- _WHAT YOU SHOULD DO_
All of the data below is to be copied again without changes.

[Saved entries]
· · · · ·

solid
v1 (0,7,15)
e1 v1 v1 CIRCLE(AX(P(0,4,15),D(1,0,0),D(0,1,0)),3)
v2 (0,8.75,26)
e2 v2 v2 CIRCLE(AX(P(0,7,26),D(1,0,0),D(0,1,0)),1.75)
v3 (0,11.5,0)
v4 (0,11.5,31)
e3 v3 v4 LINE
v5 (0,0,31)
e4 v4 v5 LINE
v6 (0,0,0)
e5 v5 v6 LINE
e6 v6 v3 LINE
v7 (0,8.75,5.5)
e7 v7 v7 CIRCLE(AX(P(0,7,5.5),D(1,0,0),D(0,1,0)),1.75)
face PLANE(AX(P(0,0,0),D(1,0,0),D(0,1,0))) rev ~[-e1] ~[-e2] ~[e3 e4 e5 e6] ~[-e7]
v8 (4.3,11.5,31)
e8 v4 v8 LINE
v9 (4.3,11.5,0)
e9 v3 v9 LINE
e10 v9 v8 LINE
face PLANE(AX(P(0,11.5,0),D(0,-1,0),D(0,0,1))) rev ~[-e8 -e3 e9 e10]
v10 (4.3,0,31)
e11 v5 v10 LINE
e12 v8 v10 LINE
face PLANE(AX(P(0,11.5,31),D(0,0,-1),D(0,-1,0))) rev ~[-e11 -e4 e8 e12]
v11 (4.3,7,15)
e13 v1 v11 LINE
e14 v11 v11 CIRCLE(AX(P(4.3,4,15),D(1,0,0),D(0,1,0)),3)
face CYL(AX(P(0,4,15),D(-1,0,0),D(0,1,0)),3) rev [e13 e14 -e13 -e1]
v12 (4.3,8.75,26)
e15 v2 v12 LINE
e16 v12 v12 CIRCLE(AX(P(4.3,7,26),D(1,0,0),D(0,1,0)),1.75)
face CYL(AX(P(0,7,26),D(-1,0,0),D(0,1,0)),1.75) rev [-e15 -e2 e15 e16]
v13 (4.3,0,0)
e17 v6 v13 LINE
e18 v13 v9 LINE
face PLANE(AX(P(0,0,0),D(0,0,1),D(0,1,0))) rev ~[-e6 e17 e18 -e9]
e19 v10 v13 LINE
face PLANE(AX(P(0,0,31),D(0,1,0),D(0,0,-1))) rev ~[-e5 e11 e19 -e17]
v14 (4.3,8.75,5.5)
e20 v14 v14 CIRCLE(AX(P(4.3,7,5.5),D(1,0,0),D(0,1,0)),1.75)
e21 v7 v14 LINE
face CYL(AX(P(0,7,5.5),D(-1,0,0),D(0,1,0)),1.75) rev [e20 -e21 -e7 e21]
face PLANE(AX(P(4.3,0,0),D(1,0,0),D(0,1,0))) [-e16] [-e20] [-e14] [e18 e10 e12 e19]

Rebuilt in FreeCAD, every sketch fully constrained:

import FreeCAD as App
import Part
import Sketcher

V = App.Vector


def add_polygon(sketch, points):
    """Adds a closed chain of lines whose ends are joined by coincident constraints."""
    first, n = sketch.GeometryCount, len(points)
    for a, b in zip(points, points[1:] + points[:1]):
        sketch.addGeometry(Part.LineSegment(App.Vector(*a, 0), App.Vector(*b, 0)), False)
    for i in range(n):
        sketch.addConstraint(Sketcher.Constraint("Coincident", first + i, 2, first + (i + 1) % n, 1))

doc = App.newDocument("Part")
params = doc.addObject("Spreadsheet::Sheet", "Params")
for row, (alias, value) in enumerate([
    ("sketch1_diameter", "6 mm"),
    ("sketch1_diameter2", "3.5 mm"),
    ("sketch1_width", "11.5 mm"),
    ("pad1_length", "4.3 mm"),
], start=1):
    params.set(f"A{row}", alias)
    params.set(f"B{row}", "=" + value)
    params.setAlias(f"B{row}", alias)

body = doc.addObject("PartDesign::Body", "Body")

sketch1 = body.newObject("Sketcher::SketchObject", "Sketch")
sketch1.AttachmentSupport = (doc.getObject("YZ_Plane"), [""])
sketch1.MapMode = "FlatFace"
add_polygon(sketch1, [(0, 31), (0, 0), (11.5, 0), (11.5, 31)])
sketch1.addGeometry(Part.Circle(V(4, 15, 0), V(0, 0, 1), 3), False)
sketch1.addGeometry(Part.Circle(V(7, 5.5, 0), V(0, 0, 1), 1.8), False)
sketch1.addGeometry(Part.Circle(V(7, 26, 0), V(0, 0, 1), 1.8), False)
sketch1.addConstraint([
    Sketcher.Constraint("Vertical", 0),
    Sketcher.Constraint("Horizontal", 1),
    Sketcher.Constraint("Vertical", 2),
    Sketcher.Constraint("Horizontal", 3),
    Sketcher.Constraint("Coincident", 0, 2, -1, 1),
    Sketcher.Constraint("Equal", 5, 6),
    Sketcher.Constraint("Vertical", 5, 3, 6, 3),
    Sketcher.Constraint("Diameter", 4, 6.0),
    Sketcher.Constraint("Diameter", 5, 3.5),
    Sketcher.Constraint("DistanceX", 1, 1, 1, 2, 11.5),
    Sketcher.Constraint("DistanceX", -1, 1, 4, 3, 4.0),
    Sketcher.Constraint("DistanceY", -1, 1, 4, 3, 15.0),
    Sketcher.Constraint("DistanceX", -1, 1, 5, 3, 7.0),
    Sketcher.Constraint("DistanceY", 4, 3, 2, 2, 16.0),
    Sketcher.Constraint("DistanceY", 5, 3, 4, 3, 9.5),
    Sketcher.Constraint("DistanceY", 5, 3, 6, 3, 20.5),
])
sketch1.setExpression("Constraints[11]", "Params.sketch1_diameter")
sketch1.setExpression("Constraints[12]", "Params.sketch1_diameter2")
sketch1.setExpression("Constraints[13]", "Params.sketch1_width")
pad1 = body.newObject("PartDesign::Pad", "Pad")
pad1.Profile = sketch1
pad1.setExpression("Length", "Params.pad1_length")

doc.recompute()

· · · · ·

- _SOLUTION FOR THIS TASK_
solid
v1 (0,7,15)
e1 v1 v1 CIRCLE(AX(P(0,4,15),D(1,0,0),D(0,1,0)),3)
v2 (0,8.75,26)
e2 v2 v2 CIRCLE(AX(P(0,7,26),D(1,0,0),D(0,1,0)),1.75)
v3 (0,11.5,0)
v4 (0,11.5,31)
e3 v3 v4 LINE
v5 (0,0,31)
e4 v4 v5 LINE
v6 (0,0,0)
e5 v5 v6 LINE
e6 v6 v3 LINE
v7 (0,8.75,5.5)
e7 v7 v7 CIRCLE(AX(P(0,7,5.5),D(1,0,0),D(0,1,0)),1.75)
face PLANE(AX(P(0,0,0),D(1,0,0),D(0,1,0))) rev ~[-e1] ~[-e2] ~[e3 e4 e5 e6] ~[-e7]
v8 (4.3,11.5,31)
e8 v4 v8 LINE
v9 (4.3,11.5,0)
e9 v3 v9 LINE
e10 v9 v8 LINE
face PLANE(AX(P(0,11.5,0),D(0,-1,0),D(0,0,1))) rev ~[-e8 -e3 e9 e10]
v10 (4.3,0,31)
e11 v5 v10 LINE
e12 v8 v10 LINE
face PLANE(AX(P(0,11.5,31),D(0,0,-1),D(0,-1,0))) rev ~[-e11 -e4 e8 e12]
v11 (4.3,7,15)
e13 v1 v11 LINE
e14 v11 v11 CIRCLE(AX(P(4.3,4,15),D(1,0,0),D(0,1,0)),3)
face CYL(AX(P(0,4,15),D(-1,0,0),D(0,1,0)),3) rev [e13 e14 -e13 -e1]
v12 (4.3,8.75,26)
e15 v2 v12 LINE
e16 v12 v12 CIRCLE(AX(P(4.3,7,26),D(1,0,0),D(0,1,0)),1.75)
face CYL(AX(P(0,7,26),D(-1,0,0),D(0,1,0)),1.75) rev [-e15 -e2 e15 e16]
v13 (4.3,0,0)
e17 v6 v13 LINE
e18 v13 v9 LINE
face PLANE(AX(P(0,0,0),D(0,0,1),D(0,1,0))) rev ~[-e6 e17 e18 -e9]
e19 v10 v13 LINE
face PLANE(AX(P(0,0,31),D(0,1,0),D(0,0,-1))) rev ~[-e5 e11 e19 -e17]
v14 (4.3,8.75,5.5)
e20 v14 v14 CIRCLE(AX(P(4.3,7,5.5),D(1,0,0),D(0,1,0)),1.75)
e21 v7 v14 LINE
face CYL(AX(P(0,7,5.5),D(-1,0,0),D(0,1,0)),1.75) rev [e20 -e21 -e7 e21]
face PLANE(AX(P(4.3,0,0),D(1,0,0),D(0,1,0))) [-e16] [-e20] [-e14] [e18 e10 e12 e19]

Rebuilt in FreeCAD, every sketch fully constrained:

import FreeCAD as App
import Part
import Sketcher

V = App.Vector


def add_polygon(sketch, points):
    """Adds a closed chain of lines whose ends are joined by coincident constraints."""
    first, n = sketch.GeometryCount, len(points)
    for a, b in zip(points, points[1:] + points[:1]):
        sketch.addGeometry(Part.LineSegment(App.Vector(*a, 0), App.Vector(*b, 0)), False)
    for i in range(n):
        sketch.addConstraint(Sketcher.Constraint("Coincident", first + i, 2, first + (i + 1) % n, 1))

doc = App.newDocument("Part")
params = doc.addObject("Spreadsheet::Sheet", "Params")
for row, (alias, value) in enumerate([
    ("sketch1_diameter", "6 mm"),
    ("sketch1_diameter2", "3.5 mm"),
    ("sketch1_width", "11.5 mm"),
    ("pad1_length", "4.3 mm"),
], start=1):
    params.set(f"A{row}", alias)
    params.set(f"B{row}", "=" + value)
    params.setAlias(f"B{row}", alias)

body = doc.addObject("PartDesign::Body", "Body")

sketch1 = body.newObject("Sketcher::SketchObject", "Sketch")
sketch1.AttachmentSupport = (doc.getObject("YZ_Plane"), [""])
sketch1.MapMode = "FlatFace"
add_polygon(sketch1, [(0, 31), (0, 0), (11.5, 0), (11.5, 31)])
sketch1.addGeometry(Part.Circle(V(4, 15, 0), V(0, 0, 1), 3), False)
sketch1.addGeometry(Part.Circle(V(7, 5.5, 0), V(0, 0, 1), 1.8), False)
sketch1.addGeometry(Part.Circle(V(7, 26, 0), V(0, 0, 1), 1.8), False)
sketch1.addConstraint([
    Sketcher.Constraint("Vertical", 0),
    Sketcher.Constraint("Horizontal", 1),
    Sketcher.Constraint("Vertical", 2),
    Sketcher.Constraint("Horizontal", 3),
    Sketcher.Constraint("Coincident", 0, 2, -1, 1),
    Sketcher.Constraint("Equal", 5, 6),
    Sketcher.Constraint("Vertical", 5, 3, 6, 3),
    Sketcher.Constraint("Diameter", 4, 6.0),
    Sketcher.Constraint("Diameter", 5, 3.5),
    Sketcher.Constraint("DistanceX", 1, 1, 1, 2, 11.5),
    Sketcher.Constraint("DistanceX", -1, 1, 4, 3, 4.0),
    Sketcher.Constraint("DistanceY", -1, 1, 4, 3, 15.0),
    Sketcher.Constraint("DistanceX", -1, 1, 5, 3, 7.0),
    Sketcher.Constraint("DistanceY", 4, 3, 2, 2, 16.0),
    Sketcher.Constraint("DistanceY", 5, 3, 4, 3, 9.5),
    Sketcher.Constraint("DistanceY", 5, 3, 6, 3, 20.5),
])
sketch1.setExpression("Constraints[11]", "Params.sketch1_diameter")
sketch1.setExpression("Constraints[12]", "Params.sketch1_diameter2")
sketch1.setExpression("Constraints[13]", "Params.sketch1_width")
pad1 = body.newObject("PartDesign::Pad", "Pad")
pad1.Profile = sketch1
pad1.setExpression("Length", "Params.pad1_length")

doc.recompute()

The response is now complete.